# Binary Classification Threshold Tuning

In this notebook we'll use another dataset to look at threshold tuning. We won't fall into the same trap as before and start retraining a model without a validation and test-set, but train one model and keep on using that.

## Import data and create model

You did this before, so the following code should give no surprises.

In [None]:
import numpy as np
import matplotlib.pyplot as plt
from sklearn.datasets import load_breast_cancer
from sklearn.linear_model import LogisticRegression
from sklearn.model_selection import train_test_split
from sklearn.metrics import (
    confusion_matrix, classification_report, roc_curve, auc
)

# Load dataset
data = load_breast_cancer()
X, y = data.data, data.target

# Split dataset
X_train, X_test, y_train, y_test = train_test_split(X, y, stratify=y, test_size=0.2, random_state=42)

# Fit model
model = LogisticRegression(max_iter=10000)
model.fit(X_train, y_train)

# Predict probabilities
probs = model.predict_proba(X_test)[:, 1]

## The ROC-curve

Plot the ROC-curve agian.

In [None]:
# Up to you!



This is a very good ROC-curve. The area under the curve is 1, which means the model is nearly perfect. But even so (perhaps especially so) it's a good idea to investigate which threshold is best for our use case.

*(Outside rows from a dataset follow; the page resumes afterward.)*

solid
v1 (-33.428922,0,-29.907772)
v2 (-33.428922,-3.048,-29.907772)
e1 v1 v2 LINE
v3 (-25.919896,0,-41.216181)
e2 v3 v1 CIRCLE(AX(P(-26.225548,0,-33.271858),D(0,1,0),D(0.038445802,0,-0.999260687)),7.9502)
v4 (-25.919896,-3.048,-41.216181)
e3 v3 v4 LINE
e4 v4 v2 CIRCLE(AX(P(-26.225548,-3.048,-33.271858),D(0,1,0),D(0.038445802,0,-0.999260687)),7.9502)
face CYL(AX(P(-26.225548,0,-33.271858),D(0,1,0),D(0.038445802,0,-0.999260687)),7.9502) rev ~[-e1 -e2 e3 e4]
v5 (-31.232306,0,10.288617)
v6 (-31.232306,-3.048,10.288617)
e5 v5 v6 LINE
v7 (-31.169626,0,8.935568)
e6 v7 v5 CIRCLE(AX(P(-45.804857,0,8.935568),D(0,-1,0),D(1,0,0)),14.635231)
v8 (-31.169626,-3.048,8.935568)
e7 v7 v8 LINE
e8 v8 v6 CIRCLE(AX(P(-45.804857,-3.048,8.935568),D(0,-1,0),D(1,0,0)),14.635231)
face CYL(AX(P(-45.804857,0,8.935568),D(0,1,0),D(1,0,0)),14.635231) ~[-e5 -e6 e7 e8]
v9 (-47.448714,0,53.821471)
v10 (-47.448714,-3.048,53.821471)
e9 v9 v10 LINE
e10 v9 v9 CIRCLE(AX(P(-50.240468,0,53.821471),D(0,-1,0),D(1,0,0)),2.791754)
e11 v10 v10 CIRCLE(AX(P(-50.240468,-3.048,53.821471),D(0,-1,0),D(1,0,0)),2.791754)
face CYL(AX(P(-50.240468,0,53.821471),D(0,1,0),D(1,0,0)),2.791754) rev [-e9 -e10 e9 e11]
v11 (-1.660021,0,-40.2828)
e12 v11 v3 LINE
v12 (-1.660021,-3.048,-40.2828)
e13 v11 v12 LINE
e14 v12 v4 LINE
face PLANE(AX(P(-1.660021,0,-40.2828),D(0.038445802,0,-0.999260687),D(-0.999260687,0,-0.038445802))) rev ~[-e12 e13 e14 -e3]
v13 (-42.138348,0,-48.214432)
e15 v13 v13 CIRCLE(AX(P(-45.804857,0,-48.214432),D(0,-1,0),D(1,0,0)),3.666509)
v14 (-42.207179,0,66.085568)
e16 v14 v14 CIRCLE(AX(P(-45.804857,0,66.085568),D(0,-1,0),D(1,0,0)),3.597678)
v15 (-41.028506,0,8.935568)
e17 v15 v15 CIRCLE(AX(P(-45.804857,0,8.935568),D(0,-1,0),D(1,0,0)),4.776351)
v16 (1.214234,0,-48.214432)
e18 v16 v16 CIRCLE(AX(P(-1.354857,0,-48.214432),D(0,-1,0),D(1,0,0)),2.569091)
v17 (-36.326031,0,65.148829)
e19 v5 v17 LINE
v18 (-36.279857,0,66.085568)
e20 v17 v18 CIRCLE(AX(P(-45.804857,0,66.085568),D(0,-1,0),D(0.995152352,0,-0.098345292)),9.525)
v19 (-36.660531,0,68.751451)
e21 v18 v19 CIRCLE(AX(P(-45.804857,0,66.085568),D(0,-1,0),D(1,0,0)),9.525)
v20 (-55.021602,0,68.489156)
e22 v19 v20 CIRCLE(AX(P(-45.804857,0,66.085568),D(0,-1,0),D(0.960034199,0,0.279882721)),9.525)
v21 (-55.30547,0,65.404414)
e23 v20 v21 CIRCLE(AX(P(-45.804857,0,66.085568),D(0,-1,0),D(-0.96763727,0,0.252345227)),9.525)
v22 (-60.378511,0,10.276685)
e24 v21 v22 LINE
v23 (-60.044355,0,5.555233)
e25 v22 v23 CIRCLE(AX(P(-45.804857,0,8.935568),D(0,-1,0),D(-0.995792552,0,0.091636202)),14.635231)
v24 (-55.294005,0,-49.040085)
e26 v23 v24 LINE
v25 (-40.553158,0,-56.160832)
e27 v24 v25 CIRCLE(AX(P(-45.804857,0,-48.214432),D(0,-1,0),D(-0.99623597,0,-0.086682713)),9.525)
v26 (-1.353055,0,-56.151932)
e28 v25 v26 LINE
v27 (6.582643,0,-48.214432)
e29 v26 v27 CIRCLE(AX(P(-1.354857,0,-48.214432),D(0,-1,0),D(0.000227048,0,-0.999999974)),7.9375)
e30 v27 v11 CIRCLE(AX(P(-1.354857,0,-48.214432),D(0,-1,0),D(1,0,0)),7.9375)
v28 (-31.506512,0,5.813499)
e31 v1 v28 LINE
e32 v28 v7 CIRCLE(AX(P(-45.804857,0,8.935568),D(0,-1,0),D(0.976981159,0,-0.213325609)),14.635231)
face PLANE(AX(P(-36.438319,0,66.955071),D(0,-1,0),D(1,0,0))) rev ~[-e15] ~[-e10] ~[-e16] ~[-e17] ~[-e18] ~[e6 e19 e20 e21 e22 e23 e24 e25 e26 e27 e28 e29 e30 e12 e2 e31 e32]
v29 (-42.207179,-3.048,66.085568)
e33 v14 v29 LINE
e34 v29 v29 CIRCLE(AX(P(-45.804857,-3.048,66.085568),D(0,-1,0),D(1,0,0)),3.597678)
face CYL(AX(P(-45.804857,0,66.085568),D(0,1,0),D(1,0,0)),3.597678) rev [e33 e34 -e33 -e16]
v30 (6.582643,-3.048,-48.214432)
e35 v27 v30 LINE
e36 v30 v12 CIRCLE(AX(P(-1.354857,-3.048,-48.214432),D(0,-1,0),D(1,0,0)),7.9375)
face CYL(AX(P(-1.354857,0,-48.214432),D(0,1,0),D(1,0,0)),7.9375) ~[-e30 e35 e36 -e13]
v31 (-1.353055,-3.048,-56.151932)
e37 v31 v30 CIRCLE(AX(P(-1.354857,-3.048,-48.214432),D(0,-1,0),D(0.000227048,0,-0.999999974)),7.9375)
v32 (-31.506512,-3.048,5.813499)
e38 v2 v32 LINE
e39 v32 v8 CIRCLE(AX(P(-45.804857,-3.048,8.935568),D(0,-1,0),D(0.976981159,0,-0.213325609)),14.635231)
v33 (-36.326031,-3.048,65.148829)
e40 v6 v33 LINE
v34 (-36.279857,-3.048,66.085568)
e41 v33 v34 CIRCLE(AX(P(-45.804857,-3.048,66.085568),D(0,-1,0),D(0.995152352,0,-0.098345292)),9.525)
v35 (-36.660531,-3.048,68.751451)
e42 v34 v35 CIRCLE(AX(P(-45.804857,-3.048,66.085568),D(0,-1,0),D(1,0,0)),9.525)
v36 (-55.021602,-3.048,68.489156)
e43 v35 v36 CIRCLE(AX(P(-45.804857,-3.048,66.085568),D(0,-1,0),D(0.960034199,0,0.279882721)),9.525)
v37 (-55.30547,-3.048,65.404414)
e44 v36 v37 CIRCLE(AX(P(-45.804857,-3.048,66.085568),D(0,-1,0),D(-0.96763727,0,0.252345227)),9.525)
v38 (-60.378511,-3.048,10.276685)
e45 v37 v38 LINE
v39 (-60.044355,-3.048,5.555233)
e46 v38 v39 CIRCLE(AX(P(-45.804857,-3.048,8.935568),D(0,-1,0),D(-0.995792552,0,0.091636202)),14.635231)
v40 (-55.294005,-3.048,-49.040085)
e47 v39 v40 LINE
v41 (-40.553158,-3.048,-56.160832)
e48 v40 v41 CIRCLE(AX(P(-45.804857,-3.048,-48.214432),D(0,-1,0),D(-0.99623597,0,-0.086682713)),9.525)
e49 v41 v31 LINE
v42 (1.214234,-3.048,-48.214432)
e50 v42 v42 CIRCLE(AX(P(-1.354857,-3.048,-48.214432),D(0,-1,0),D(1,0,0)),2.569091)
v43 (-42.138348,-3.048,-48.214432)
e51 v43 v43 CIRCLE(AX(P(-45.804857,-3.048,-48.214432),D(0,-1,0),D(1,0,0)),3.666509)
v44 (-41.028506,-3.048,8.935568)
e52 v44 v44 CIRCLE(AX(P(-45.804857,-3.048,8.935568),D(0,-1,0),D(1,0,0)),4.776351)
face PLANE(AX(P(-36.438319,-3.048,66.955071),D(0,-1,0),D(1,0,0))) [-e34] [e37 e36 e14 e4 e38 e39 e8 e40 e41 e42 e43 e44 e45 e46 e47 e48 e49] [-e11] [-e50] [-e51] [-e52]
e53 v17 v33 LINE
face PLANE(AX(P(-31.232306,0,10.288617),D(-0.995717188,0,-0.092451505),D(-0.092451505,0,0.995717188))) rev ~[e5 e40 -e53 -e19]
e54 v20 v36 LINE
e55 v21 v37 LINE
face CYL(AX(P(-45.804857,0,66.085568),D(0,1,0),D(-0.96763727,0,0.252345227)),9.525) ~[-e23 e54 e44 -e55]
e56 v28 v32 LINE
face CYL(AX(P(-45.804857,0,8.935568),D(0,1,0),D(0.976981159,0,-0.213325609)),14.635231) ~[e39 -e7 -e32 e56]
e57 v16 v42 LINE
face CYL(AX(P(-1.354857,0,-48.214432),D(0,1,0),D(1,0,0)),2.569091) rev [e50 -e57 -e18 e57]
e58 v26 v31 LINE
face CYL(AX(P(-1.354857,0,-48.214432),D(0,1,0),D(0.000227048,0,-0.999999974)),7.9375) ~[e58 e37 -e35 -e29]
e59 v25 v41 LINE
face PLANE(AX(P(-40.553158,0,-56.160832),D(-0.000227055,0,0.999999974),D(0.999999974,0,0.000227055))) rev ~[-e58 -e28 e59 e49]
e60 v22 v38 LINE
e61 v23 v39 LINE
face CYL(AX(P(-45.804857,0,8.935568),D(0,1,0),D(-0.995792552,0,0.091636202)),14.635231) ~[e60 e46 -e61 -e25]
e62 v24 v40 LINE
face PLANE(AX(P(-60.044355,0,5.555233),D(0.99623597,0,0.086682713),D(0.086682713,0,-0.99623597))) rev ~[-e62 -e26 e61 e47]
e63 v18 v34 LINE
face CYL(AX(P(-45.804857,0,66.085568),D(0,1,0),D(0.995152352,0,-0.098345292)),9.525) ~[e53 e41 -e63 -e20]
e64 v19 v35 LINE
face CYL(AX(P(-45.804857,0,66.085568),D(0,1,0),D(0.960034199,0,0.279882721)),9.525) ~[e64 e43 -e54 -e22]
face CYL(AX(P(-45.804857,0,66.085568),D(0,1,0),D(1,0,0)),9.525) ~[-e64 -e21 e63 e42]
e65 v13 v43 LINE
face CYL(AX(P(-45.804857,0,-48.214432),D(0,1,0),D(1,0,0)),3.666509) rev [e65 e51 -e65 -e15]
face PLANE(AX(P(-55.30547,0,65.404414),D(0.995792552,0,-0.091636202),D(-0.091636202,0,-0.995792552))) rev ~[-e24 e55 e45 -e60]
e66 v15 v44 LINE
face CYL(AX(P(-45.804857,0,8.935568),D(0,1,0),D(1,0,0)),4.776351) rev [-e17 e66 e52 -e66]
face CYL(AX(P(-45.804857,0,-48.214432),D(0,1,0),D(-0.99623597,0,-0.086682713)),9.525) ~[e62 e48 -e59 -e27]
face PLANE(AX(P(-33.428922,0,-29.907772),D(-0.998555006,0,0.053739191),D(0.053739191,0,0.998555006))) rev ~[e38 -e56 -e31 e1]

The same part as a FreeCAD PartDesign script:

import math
import FreeCAD as App
import Part
import Sketcher

V = App.Vector
Q = App.Units.Quantity

doc = App.newDocument("Part")
body = doc.addObject("PartDesign::Body", "Body")

sketch1 = body.newObject("Sketcher::SketchObject", "Sketch")
sketch1.AttachmentSupport = (doc.getObject("XZ_Plane"), [""])
sketch1.MapMode = "FlatFace"
sketch1.addGeometry([
    Part.ArcOfCircle(Part.Circle(V(-45.804857, 66.085568, 0), V(0, 0, 1), 9.525), math.radians(-5.643893), math.radians(0)),
    Part.ArcOfCircle(Part.Circle(V(-45.804857, 66.085568, 0), V(0, 0, 1), 9.525), math.radians(0), math.radians(16.253205)),
    Part.ArcOfCircle(Part.Circle(V(-45.804857, 66.085568, 0), V(0, 0, 1), 9.525), math.radians(16.253205), math.radians(165.383666)),
    Part.ArcOfCircle(Part.Circle(V(-45.804857, 66.085568, 0), V(0, 0, 1), 9.525), math.radians(165.383666), math.radians(184.100847)),
    Part.LineSegment(V(-55.30547, 65.404414, 0), V(-60.378511, 10.276685, 0)),
    Part.ArcOfCircle(Part.Circle(V(-45.804857, 8.935568, 0), V(0, 0, 1), 14.635231), math.radians(174.742256), math.radians(193.35433)),
    Part.LineSegment(V(-60.044355, 5.555233, 0), V(-55.294005, -49.040085, 0)),
    Part.ArcOfCircle(Part.Circle(V(-45.804857, -48.214432, 0), V(0, 0, 1), 9.525), math.radians(-175.027206), math.radians(-56.539669)),
    Part.LineSegment(V(-40.553158, -56.160832, 0), V(-1.353055, -56.151932, 0)),
    Part.ArcOfCircle(Part.Circle(V(-1.354857, -48.214432, 0), V(0, 0, 1), 7.9375), math.radians(-89.986991), math.radians(0)),
    Part.ArcOfCircle(Part.Circle(V(-1.354857, -48.214432, 0), V(0, 0, 1), 7.9375), math.radians(0), math.radians(92.203325)),
    Part.LineSegment(V(-1.660021, -40.2828, 0), V(-25.919896, -41.216181, 0)),
    Part.ArcOfCircle(Part.Circle(V(-26.225548, -33.271858, 0), V(0, 0, 1), 7.9502), math.radians(154.966701), math.radians(272.203325)),
    Part.LineSegment(V(-33.428922, -29.907772, 0), V(-31.506512, 5.813499, 0)),
    Part.ArcOfCircle(Part.Circle(V(-45.804857, 8.935568, 0), V(0, 0, 1), 14.635231), math.radians(-12.317313), math.radians(0)),
    Part.ArcOfCircle(Part.Circle(V(-45.804857, 8.935568, 0), V(0, 0, 1), 14.635231), math.radians(0), math.radians(5.304656)),
    Part.LineSegment(V(-31.232306, 10.288617, 0), V(-36.326031, 65.148829, 0)),
    Part.Circle(V(-45.804857, -48.214432, 0), V(0, 0, 1), 3.666509),
    Part.Circle(V(-1.354857, -48.214432, 0), V(0, 0, 1), 2.569091),
    Part.Circle(V(-45.804857, 8.935568, 0), V(0, 0, 1), 4.776351),
    Part.Circle(V(-50.240468, 53.821471, 0), V(0, 0, 1), 2.791754),
    Part.Circle(V(-45.804857, 66.085568, 0), V(0, 0, 1), 3.597678),
], False)
sketch1.addConstraint([
    Sketcher.Constraint("Coincident", 0, 2, 1, 1),
    Sketcher.Constraint("Coincident", 1, 2, 2, 1),
    Sketcher.Constraint("Coincident", 2, 2, 3, 1),
    Sketcher.Constraint("Coincident", 3, 2, 4, 1),
    Sketcher.Constraint("Coincident", 4, 2, 5, 1),
    Sketcher.Constraint("Coincident", 5, 2, 6, 1),
    Sketcher.Constraint("Coincident", 6, 2, 7, 1),
    Sketcher.Constraint("Coincident", 7, 2, 8, 1),
    Sketcher.Constraint("Coincident", 8, 2, 9, 1),
    Sketcher.Constraint("Coincident", 9, 2, 10, 1),
    Sketcher.Constraint("Coincident", 10, 2, 11, 1),
    Sketcher.Constraint("Coincident", 11, 2, 12, 2),
    Sketcher.Constraint("Coincident", 12, 1, 13, 1),
    Sketcher.Constraint("Coincident", 13, 2, 14, 1),
    Sketcher.Constraint("Coincident", 14, 2, 15, 1),
    Sketcher.Constraint("Coincident", 15, 2, 16, 1),
    Sketcher.Constraint("Coincident", 16, 2, 0, 1),
    Sketcher.Constraint("Coincident", 1, 3, 0, 3),
    Sketcher.Constraint("Coincident", 2, 3, 0, 3),
    Sketcher.Constraint("Coincident", 3, 3, 0, 3),
    Sketcher.Constraint("Coincident", 10, 3, 9, 3),
    Sketcher.Constraint("Coincident", 14, 3, 5, 3),
    Sketcher.Constraint("Coincident", 15, 3, 5, 3),
    Sketcher.Constraint("Coincident", 17, 3, 7, 3),
    Sketcher.Constraint("Coincident", 18, 3, 9, 3),
    Sketcher.Constraint("Coincident", 19, 3, 5, 3),
    Sketcher.Constraint("Coincident", 21, 3, 0, 3),
    Sketcher.Constraint("Radius", 0, Q("0.375 in")),
    Sketcher.Constraint("Radius", 7, Q("0.375 in")),
    Sketcher.Constraint("Radius", 9, Q("0.3125 in")),
    Sketcher.Constraint("Radius", 12, Q("0.313 in")),
    Sketcher.Constraint("DistanceY", 7, 3, 1, 3, Q("4.5 in")),
    Sketcher.Constraint("DistanceY", 9, 3, 3, 3, Q("4.5 in")),
    Sketcher.Constraint("Diameter", 19, Q("9.552702 mm")),
    Sketcher.Constraint("DistanceY", 5, 3, 1, 3, Q("2.25 in")),
    Sketcher.Constraint("DistanceX", 7, 3, 9, 3, Q("1.75 in")),
    Sketcher.Constraint("DistanceX", 5, 3, 9, 3, Q("1.75 in")),
    Sketcher.Constraint("DistanceX", 3, 3, 9, 3, Q("1.75 in")),
    Sketcher.Constraint("Diameter", 18, Q("5.138182 mm")),
    Sketcher.Constraint("Diameter", 20, Q("5.583508 mm")),
    Sketcher.Constraint("Radius", 5, Q("14.635231 mm")),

Start with the following function.

In [None]:
# Function to evaluate threshold
def evaluate_threshold(threshold):
    y_pred_thresh = (probs >= threshold).astype(int)
    cm = confusion_matrix(y_test, y_pred_thresh)
    tn, fp, fn, tp = cm.ravel()

    sensitivity = tp / (tp + fn) if (tp + fn) > 0 else 0  # Recall
    specificity = tn / (tn + fp) if (tn + fp) > 0 else 0

    print(f"\nThreshold: {threshold:.2f}")
    # print("Confusion Matrix:")
    print(cm)
    print(f"Sensitivity (Recall): {sensitivity:.3f}")
    print(f"Specificity:          {specificity:.3f}")
    # print("\nClassification Report:")
    # print(classification_report(y_test, y_pred_thresh))


Try the following thresholds:

.15, .3, .5, .7, .9

In [None]:
# Up to you!



(you can uncomment the confusion matrix or the full report in the function if you'd like.) When you scroll through you'll notice how the precision goes down and the recall (or sensitivity) goes up. Remember we are working with a breast cancer dataset. We don't want to leave that untreated, but the treatment is also nothing to look forward to.

* Threshold 0.15: No false positives, 5 false negatives.
    * We won't start treating anybody who's not sick, but we send 5 women home without treatment.
* ...
* Threshold 0.90: 11 false positives, no false negatives.
    * We'll treat 11 healthy people, but nobody goes home with cancer.

Luckily this is not a decision an IT'er should make. It is something that should be well worked over with people who have a medical background (domain specialists, in other words).